3. Set Output Max Tokens¶

In the GetAnswer() function, just after setting the temperature parameter, add the following line to set the maximum tokens that the AI model can use for generating responses.

AOAIChatCompletionParams.SetMaxTokens(MaxOutputTokens());

Note

By default, model will use it's maximum output token limit for generating the response. However, you can set a lower limit to control the length of the response and manage costs effectively.

4. Check Question Token Count¶

Implement a function to check if the text you want to add (user's question or a tool's definition) doesn't exceed the maximum token limit for input. This function is crucial for avoiding errors due to exceeding token limits.

local procedure CheckIfTextCanBeAdded(var TotalUsedTokens: integer; NewText: Text): Boolean
var
    AOAIToken: Codeunit "AOAI Token";
begin
    if TotalUsedTokens + AOAIToken.GetGPT35TokenCount(NewText) > MaxInputTokens() then
        exit(false);

    TotalUsedTokens += AOAIToken.GetGPT35TokenCount(NewText);
    exit(true);
end;

Check if user's question can be added to the AI request:

AOAIChatCompletionParams.SetMaxTokens(MaxOutputTokens());
if not CheckIfTextCanBeAdded(TotalInputTokenCount, Question) then
    Error('The question is too long. Please try again with a shorter question.');

5. Check Tools Token Count¶

Before adding each tool to your AI request, use the CheckIfToolCanBeAdded function to ensure that adding the tool's definition won't exceed the input token limits.

For Business Central 24.0 or 24.1:

if CheckIfToolCanBeAdded(TotalInputTokenCount, EventAssistantToolsImpl.GetTotalSessionsTool()) then
    AOAIChatMessages.AddTool(EventAssistantToolsImpl.GetTotalSessionsTool());

For Business Central 24.2 or later:

if CheckIfToolCanBeAdded(TotalInputTokenCount, GetSessionDetailsByNameTool.GetPrompt()) then begin
    GetSessionDetailsByNameTool.SetProjectCode(ProjectNo);
    AOAIChatMessages.AddTool(GetSessionDetailsByNameTool);
end;

6. Define Tool Tokens Checker¶

Create a helper procedure that checks if a tool can be added based on its token count.

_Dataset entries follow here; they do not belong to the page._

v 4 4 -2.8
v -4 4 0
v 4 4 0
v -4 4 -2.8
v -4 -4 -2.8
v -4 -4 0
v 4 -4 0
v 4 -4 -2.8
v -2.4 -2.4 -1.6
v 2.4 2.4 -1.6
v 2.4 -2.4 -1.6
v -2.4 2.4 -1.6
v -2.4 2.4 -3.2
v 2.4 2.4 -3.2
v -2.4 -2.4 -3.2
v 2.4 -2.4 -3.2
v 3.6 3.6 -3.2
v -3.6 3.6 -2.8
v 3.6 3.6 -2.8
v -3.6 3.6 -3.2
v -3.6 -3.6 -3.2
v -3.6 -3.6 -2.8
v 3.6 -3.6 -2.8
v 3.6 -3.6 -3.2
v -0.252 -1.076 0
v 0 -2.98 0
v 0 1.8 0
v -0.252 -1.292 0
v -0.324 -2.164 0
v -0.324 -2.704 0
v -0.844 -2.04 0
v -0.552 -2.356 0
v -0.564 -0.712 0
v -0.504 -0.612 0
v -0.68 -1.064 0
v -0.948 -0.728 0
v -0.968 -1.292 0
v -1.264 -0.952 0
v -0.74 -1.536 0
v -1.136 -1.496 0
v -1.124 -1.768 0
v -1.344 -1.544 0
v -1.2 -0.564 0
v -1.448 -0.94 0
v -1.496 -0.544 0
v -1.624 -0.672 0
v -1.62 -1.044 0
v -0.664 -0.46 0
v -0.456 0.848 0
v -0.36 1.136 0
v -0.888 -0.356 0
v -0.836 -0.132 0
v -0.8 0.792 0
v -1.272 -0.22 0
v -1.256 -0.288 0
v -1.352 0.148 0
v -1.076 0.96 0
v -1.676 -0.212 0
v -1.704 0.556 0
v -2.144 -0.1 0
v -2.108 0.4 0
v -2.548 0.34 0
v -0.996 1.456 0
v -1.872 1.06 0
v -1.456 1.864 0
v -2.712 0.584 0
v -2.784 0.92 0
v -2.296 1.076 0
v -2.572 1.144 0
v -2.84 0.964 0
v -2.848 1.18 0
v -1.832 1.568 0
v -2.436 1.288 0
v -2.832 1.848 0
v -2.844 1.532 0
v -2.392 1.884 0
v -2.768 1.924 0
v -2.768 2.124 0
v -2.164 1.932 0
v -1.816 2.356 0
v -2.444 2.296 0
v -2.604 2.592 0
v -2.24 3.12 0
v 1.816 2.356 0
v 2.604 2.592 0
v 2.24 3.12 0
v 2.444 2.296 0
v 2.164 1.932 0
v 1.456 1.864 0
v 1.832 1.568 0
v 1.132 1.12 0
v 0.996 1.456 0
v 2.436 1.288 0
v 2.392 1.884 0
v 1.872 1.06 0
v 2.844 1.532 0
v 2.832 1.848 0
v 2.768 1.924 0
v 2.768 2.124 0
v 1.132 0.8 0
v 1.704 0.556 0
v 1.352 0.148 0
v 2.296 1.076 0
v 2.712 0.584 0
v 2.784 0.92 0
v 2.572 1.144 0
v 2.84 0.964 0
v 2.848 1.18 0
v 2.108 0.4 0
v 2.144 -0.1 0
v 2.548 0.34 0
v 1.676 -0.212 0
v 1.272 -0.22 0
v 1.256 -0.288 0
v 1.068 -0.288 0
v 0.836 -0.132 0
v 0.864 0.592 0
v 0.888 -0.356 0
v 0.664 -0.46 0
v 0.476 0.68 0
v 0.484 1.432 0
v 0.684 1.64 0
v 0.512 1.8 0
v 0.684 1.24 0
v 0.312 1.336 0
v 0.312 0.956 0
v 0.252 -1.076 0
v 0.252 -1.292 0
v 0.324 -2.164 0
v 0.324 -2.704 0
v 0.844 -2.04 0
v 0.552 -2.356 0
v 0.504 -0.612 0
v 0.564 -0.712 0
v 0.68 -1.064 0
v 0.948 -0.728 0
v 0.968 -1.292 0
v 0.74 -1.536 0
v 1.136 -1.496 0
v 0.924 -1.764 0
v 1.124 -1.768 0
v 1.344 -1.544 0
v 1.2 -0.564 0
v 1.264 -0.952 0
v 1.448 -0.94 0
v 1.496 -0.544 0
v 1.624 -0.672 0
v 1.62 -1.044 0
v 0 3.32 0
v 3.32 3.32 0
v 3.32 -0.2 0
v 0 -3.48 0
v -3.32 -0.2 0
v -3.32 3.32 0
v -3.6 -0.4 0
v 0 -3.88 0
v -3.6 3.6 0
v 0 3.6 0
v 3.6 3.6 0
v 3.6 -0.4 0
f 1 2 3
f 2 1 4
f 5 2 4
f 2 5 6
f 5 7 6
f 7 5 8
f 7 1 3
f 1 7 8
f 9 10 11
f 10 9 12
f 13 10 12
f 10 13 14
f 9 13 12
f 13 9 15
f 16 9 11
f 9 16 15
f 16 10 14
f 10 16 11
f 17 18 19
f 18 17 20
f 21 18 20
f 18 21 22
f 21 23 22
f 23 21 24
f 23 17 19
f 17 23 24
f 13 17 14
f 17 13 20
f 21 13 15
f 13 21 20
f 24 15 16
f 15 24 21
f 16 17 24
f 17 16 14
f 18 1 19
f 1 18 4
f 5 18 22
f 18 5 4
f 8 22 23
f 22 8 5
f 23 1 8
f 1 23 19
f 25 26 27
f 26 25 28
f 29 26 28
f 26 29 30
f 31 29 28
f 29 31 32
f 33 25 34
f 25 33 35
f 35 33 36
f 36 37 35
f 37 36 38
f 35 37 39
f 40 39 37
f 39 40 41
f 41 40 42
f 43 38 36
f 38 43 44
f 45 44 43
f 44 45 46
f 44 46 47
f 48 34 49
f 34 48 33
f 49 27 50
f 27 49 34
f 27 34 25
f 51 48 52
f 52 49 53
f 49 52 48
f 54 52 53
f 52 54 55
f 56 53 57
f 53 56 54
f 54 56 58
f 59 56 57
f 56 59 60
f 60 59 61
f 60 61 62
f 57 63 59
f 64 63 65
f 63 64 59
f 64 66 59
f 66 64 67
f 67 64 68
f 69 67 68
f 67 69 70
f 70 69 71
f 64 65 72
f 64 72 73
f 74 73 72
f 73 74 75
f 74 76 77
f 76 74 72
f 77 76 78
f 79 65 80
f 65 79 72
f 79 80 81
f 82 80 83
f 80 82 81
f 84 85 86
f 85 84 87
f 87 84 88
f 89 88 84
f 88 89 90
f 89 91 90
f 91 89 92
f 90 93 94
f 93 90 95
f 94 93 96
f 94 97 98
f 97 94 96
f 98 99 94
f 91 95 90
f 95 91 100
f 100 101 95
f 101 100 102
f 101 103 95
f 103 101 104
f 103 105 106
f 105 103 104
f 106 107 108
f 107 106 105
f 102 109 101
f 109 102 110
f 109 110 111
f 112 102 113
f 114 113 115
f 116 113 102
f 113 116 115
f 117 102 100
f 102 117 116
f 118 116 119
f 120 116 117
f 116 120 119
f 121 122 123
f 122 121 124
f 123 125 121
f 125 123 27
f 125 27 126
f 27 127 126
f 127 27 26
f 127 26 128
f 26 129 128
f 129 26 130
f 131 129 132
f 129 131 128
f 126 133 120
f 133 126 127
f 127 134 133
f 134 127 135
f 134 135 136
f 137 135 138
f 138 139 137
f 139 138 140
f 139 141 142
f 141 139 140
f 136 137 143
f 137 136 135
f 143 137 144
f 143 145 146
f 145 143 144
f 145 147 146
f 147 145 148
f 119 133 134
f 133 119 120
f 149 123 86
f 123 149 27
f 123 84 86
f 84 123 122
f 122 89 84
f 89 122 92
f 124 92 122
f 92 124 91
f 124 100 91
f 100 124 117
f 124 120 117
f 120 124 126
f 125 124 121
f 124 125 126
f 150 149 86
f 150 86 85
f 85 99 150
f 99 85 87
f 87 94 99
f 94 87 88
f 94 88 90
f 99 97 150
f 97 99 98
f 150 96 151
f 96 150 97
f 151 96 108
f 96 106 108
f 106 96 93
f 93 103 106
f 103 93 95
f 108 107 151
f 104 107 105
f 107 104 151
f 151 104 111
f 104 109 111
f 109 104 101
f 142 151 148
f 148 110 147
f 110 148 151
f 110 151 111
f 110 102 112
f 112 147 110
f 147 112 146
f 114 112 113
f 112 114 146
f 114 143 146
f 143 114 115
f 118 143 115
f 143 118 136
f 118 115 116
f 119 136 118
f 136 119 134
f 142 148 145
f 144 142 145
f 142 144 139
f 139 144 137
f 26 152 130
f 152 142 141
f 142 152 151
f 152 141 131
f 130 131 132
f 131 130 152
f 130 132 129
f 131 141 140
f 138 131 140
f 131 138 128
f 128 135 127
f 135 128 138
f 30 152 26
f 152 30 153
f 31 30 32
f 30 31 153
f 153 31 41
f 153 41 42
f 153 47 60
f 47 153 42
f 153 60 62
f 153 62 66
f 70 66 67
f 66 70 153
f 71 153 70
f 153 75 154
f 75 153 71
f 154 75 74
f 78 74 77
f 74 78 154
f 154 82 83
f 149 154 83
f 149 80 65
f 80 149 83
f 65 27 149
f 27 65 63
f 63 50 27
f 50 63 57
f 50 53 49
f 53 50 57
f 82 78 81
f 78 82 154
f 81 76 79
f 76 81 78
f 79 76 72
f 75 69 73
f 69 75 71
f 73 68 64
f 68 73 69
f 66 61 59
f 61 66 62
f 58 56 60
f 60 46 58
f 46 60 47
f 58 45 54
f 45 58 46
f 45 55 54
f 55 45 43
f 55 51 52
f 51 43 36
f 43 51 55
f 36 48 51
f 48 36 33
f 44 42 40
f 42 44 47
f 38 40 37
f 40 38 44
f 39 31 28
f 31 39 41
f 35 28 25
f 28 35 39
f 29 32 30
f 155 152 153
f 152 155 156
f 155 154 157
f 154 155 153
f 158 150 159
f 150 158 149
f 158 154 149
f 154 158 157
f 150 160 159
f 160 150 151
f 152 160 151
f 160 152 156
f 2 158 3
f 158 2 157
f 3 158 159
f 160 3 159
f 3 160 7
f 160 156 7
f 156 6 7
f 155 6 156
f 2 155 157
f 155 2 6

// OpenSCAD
// file: ../p/box5.scad
use <../lib.scad>
function ldraw_lib__box5() = [
// 0 Box with 5 Faces and All Edges
// 0 Name: box5.dat
// 0 Author: James Jessiman
// 0 !LDRAW_ORG Primitive UPDATE 2012-01
// 0 !LICENSE Licensed under CC BY 2.0 and CC BY 4.0 : see CAreadme.txt
// 
// 0 BFC CERTIFY CCW
  [0,"BFC","CERTIFY"],
  [0,"BFC","CCW"],
// 
// 0 !HISTORY 2002-04-03 [sbliss] Modified for BFC compliance
// 0 !HISTORY 2002-04-25 [PTadmin] Official Update 2002-02
// 0 !HISTORY 2007-06-24 [PTadmin] Header formatted for Contributor Agreement
// 0 !HISTORY 2008-07-01 [PTadmin] Official Update 2008-01
// 0 !HISTORY 2012-02-16 [Philo] Changed to CCW
// 0 !HISTORY 2012-03-30 [PTadmin] Official Update 2012-01
// 
// 
// 2 24 1 1 1 -1 1 1
  [2,24,1,1,1,-1,1,1],
// 2 24 -1 1 1 -1 1 -1
  [2,24,-1,1,1,-1,1,-1],
// 2 24 -1 1 -1 1 1 -1
  [2,24,-1,1,-1,1,1,-1],
// 2 24 1 1 -1 1 1 1
  [2,24,1,1,-1,1,1,1],
// 2 24 1 0 1 -1 0 1
  [2,24,1,0,1,-1,0,1],
// 2 24 -1 0 1 -1 0 -1
  [2,24,-1,0,1,-1,0,-1],
// 2 24 -1 0 -1 1 0 -1
  [2,24,-1,0,-1,1,0,-1],
// 2 24 1 0 -1 1 0 1
  [2,24,1,0,-1,1,0,1],
// 2 24 1 0 1 1 1 1
  [2,24,1,0,1,1,1,1],
// 2 24 -1 0 1 -1 1 1
  [2,24,-1,0,1,-1,1,1],
// 2 24 1 0 -1 1 1 -1
  [2,24,1,0,-1,1,1,-1],
// 2 24 -1 0 -1 -1 1 -1
  [2,24,-1,0,-1,-1,1,-1],
// 4 16 -1 1 1 1 1 1 1 1 -1 -1 1 -1
  [4,16,-1,1,1,1,1,1,1,1,-1,-1,1,-1],
// 4 16 -1 1 1 -1 0 1 1 0 1 1 1 1
  [4,16,-1,1,1,-1,0,1,1,0,1,1,1,1],
// 4 16 -1 1 -1 -1 0 -1 -1 0 1 -1 1 1
  [4,16,-1,1,-1,-1,0,-1,-1,0,1,-1,1,1],
// 4 16 1 1 -1 1 0 -1 -1 0 -1 -1 1 -1
  [4,16,1,1,-1,1,0,-1,-1,0,-1,-1,1,-1],
// 4 16 1 1 1 1 0 1 1 0 -1 1 1 -1
  [4,16,1,1,1,1,0,1,1,0,-1,1,1,-1],
];
makepoly(ldraw_lib__box5(), line=0.2);
// file: ../p/box4.scad
use <../lib.scad>
function ldraw_lib__box4() = [
// 0 Box with 4 Faces (2 Parallel Pairs) and All Edges
// 0 Name: box4.dat
// 0 Author: James Jessiman
// 0 !LDRAW_ORG Primitive UPDATE 2012-01
// 0 !LICENSE Licensed under CC BY 2.0 and CC BY 4.0 : see CAreadme.txt
// 
// 0 BFC CERTIFY CCW
  [0,"BFC","CERTIFY"],
  [0,"BFC","CCW"],
// 
// 0 !HISTORY 2002-04-03 [sbliss] Modified for BFC compliance
// 0 !HISTORY 2002-04-25 [PTadmin] Official Update 2002-02
// 0 !HISTORY 2007-06-24 [PTadmin] Header formatted for Contributor Agreement
// 0 !HISTORY 2008-07-01 [PTadmin] Official Update 2008-01
// 0 !HISTORY 2012-02-16 [Philo] Changed to CCW
// 0 !HISTORY 2012-03-30 [PTadmin] Official Update 2012-01
// 
// 
// 2 24 1 1 1 -1 1 1
  [2,24,1,1,1,-1,1,1],
// 2 24 -1 1 1 -1 1 -1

local procedure CheckIfToolCanBeAdded(var TotalUsedTokens: integer; NewTool: JsonObject): Boolean
var
    AOAIToken: Codeunit "AOAI Token";
    NewToolText: Text;
begin
    NewToolText := ConvertJsonToText(NewTool);
    exit(CheckIfTextCanBeAdded(TotalUsedTokens, NewToolText));
end;

local procedure ConvertJsonToText(JsonObject: JsonObject) JsonText: Text
begin
    JsonObject.WriteTo(JsonText);
end;

7. Check Other Tools¶

Apply the token checking process for other tools such as GetTotalSessionsByTrackTool, GetSessionDetailsByNameTool, and GetSpeakerScheduleTool. Ensure each tool addition is validated for token count before adding to the chat message.

Debugging and Validation¶

Set breakpoints and debug your code to see how many tokens each tool uses. This will help you estimate how many tools you can safely include without exceeding the model's token limits.

Conclusion¶

By following these steps, you've successfully integrated token counting into your Event Assistant Copilot. This will help you manage costs and ensure your interactions with Azure OpenAI are efficient and within expected operational limits.

Congratulations!¶

You've successfully implemented your Event Assistant Copilot to assist users with event-related questions.